Читаем без скачивания Зверь торжествующий - Пьер Мак-Орлан
Шрифт:
Интервал:
Закладка:
В наши дни причины Великой войны 3000 года еще мало изучены. Этот вопрос весьма и весьма запутан. Достоверно известно, что некая весьма влиятельная милитаристская партия, объединявшая свиней из Центральных республик, вдруг захотела заявить о себе в государстве. Но не следует торопиться с выводами. Бесспорно только одно — Совет свиней воспринял объявление войны с какой-то свирепой радостью.
Полководцы из бывших домашних зверей были никудышные, и даже воодушевление нижних чинов не могло поправить дела.
Война велась тускло, без блеска, и все-таки это была великая война.
Глава пятая
Великосвинская война
Как только война была объявлена, мужчин и женщин выстроили шеренгами, точно мулов на бивуаке.
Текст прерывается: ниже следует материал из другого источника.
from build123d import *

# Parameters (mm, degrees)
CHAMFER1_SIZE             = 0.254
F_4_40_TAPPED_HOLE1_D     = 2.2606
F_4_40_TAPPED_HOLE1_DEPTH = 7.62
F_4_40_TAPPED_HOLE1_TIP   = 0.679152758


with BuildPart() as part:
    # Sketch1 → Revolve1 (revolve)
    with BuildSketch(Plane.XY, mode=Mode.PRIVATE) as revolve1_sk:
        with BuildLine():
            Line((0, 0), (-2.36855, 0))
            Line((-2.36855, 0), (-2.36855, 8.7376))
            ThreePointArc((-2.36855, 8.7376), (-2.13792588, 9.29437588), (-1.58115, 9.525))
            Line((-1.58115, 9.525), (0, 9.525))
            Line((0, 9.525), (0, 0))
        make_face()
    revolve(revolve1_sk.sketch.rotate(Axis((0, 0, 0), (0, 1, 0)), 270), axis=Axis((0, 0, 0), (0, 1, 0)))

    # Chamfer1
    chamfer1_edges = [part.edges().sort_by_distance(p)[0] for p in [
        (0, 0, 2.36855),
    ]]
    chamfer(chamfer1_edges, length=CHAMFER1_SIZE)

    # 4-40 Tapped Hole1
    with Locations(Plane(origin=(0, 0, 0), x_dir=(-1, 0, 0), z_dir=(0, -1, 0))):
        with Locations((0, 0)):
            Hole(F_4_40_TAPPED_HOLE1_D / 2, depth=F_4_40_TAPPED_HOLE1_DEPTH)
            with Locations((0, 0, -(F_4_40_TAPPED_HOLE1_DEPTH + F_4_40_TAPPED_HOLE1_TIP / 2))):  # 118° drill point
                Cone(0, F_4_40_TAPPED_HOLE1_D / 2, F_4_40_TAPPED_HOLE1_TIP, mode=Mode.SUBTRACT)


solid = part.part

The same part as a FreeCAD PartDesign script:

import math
import FreeCAD as App
import Part
import Sketcher
from FreeCAD import Vector
Q = App.Units.Quantity


def edges_at(feature, points):
    """Names of the edges that pass closest to the given points."""
    edges = feature.Shape.Edges
    near = lambda p: min(range(len(edges)), key=lambda i: edges[i].distToShape(Part.Vertex(*p))[0])
    return sorted({f"Edge{near(p) + 1}" for p in points})

doc = App.newDocument("Part")
params = doc.addObject("Spreadsheet::Sheet", "Params")
for row, (alias, value) in enumerate([
    ("sketch1_radius", "0.031 in"),
    ("sketch1_height", "0.375 in"),
    ("revolution_angle", "360 deg"),
    ("chamfer_size", "0.01 in"),
    ("sketch2_diameter", "0.089 in"),
    ("hole_diameter", "0.089 in"),
    ("hole_depth", "0.3 in"),
], start=1):
    params.set(f"A{row}", alias)
    params.set(f"B{row}", "=" + value)
    params.setAlias(f"B{row}", alias)

body = doc.addObject("PartDesign::Body", "Body")

sketch1 = body.newObject("Sketcher::SketchObject", "Sketch")
sketch1.AttachmentSupport = (doc.getObject("XY_Plane"), [""])
sketch1.MapMode = "FlatFace"
sketch1.addGeometry(Part.LineSegment(Vector(-2.4, 0, 0), Vector(0, 0, 0)), False)
sketch1.addGeometry(Part.LineSegment(Vector(0, 0, 0), Vector(0, 9.5, 0)), False)
sketch1.addGeometry(Part.LineSegment(Vector(0, 9.5, 0), Vector(-1.6, 9.5, 0)), False)
sketch1.addGeometry(Part.ArcOfCircle(Part.Circle(Vector(-1.6, 8.7, 0), Vector(0, 0, 1), 0.8), math.radians(90), math.radians(180)), False)
sketch1.addGeometry(Part.LineSegment(Vector(-2.4, 8.7, 0), Vector(-2.4, 0, 0)), False)
sketch1.addConstraint(Sketcher.Constraint("Coincident", 0, 2, 1, 1))
sketch1.addConstraint(Sketcher.Constraint("Coincident", 1, 2, 2, 1))
sketch1.addConstraint(Sketcher.Constraint("Tangent", 2, 2, 3, 1))
sketch1.addConstraint(Sketcher.Constraint("Tangent", 3, 2, 4, 1))
sketch1.addConstraint(Sketcher.Constraint("Coincident", 4, 2, 0, 1))
sketch1.addConstraint(Sketcher.Constraint("Horizontal", 0))
sketch1.addConstraint(Sketcher.Constraint("Vertical", 1))
sketch1.addConstraint(Sketcher.Constraint("Horizontal", 2))
sketch1.addConstraint(Sketcher.Constraint("Vertical", 4))
sketch1.addConstraint(Sketcher.Constraint("Coincident", 0, 2, -1, 1))
sketch1.addConstraint(Sketcher.Constraint("Radius", 3, Q("0.031 in")))
sketch1.addConstraint(Sketcher.Constraint("DistanceY", 1, 1, 1, 2, Q("0.375 in")))
sketch1.addConstraint(Sketcher.Constraint("DistanceX", 0, 1, 0, 2, 2.36855))
sketch1.setExpression("Constraints[10]", "Params.sketch1_radius")
sketch1.setExpression("Constraints[11]", "Params.sketch1_height")
revolution = body.newObject("PartDesign::Revolution", "Revolution")
revolution.Profile = sketch1
revolution.ReferenceAxis = (sketch1, ["V_Axis"])
revolution.setExpression("Angle", "Params.revolution_angle")
doc.recompute()

chamfer = body.newObject("PartDesign::Chamfer", "Chamfer")
chamfer.Base = (revolution, edges_at(revolution, [(0, 0, 2.369)]))
chamfer.setExpression("Size", "Params.chamfer_size")

sketch2 = body.newObject("Sketcher::SketchObject", "Sketch001")
sketch2.AttachmentSupport = (doc.getObject("XZ_Plane"), [""])
sketch2.MapMode = "FlatFace"
sketch2.addGeometry(Part.Circle(Vector(0, 0, 0), Vector(0, 0, 1), 1.1), False)
sketch2.addConstraint(Sketcher.Constraint("Coincident", 0, 3, -1, 1))
sketch2.addConstraint(Sketcher.Constraint("Diameter", 0, Q("0.089 in")))
sketch2.setExpression("Constraints[1]", "Params.sketch2_diameter")
doc.recompute()
hole = body.newObject("PartDesign::Hole", "Hole")
hole.Profile = sketch2
hole.ThreadType = "None"
hole.setExpression("Diameter", "Params.hole_diameter")
hole.DepthType = "Dimension"
hole.setExpression("Depth", "Params.hole_depth")
hole.DrillPoint = "Angled"
hole.DrillPointAngle = 118

doc.recompute()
Тут, как и положено по инструкции, прибыли специальные медработники — их по старинке до сих пор называли ветеринарами, — и по результатам осмотра была объявлена всеобщая мобилизация. Владельцы тягловых и ездовых людей ломили цены — аж дух захватывало; северные породы так подорожали, что те, кому посчастливилось их иметь, лишь посмеивались, сдерживая торжествующие улыбки.
А бывшие завоеватели мира, некогда великие полководцы, теперь волоком тащили пушки, неся фокстерьеров на плечах своих.
Фокстерьеров, известных воинственным нравом, отправляли служить в разведроту. Они стяжали славу на этом поприще, и все животные почитали за честь держать хотя бы одного фокстерьера, чтобы прогуливаться с ним по бульварам во время отпуска.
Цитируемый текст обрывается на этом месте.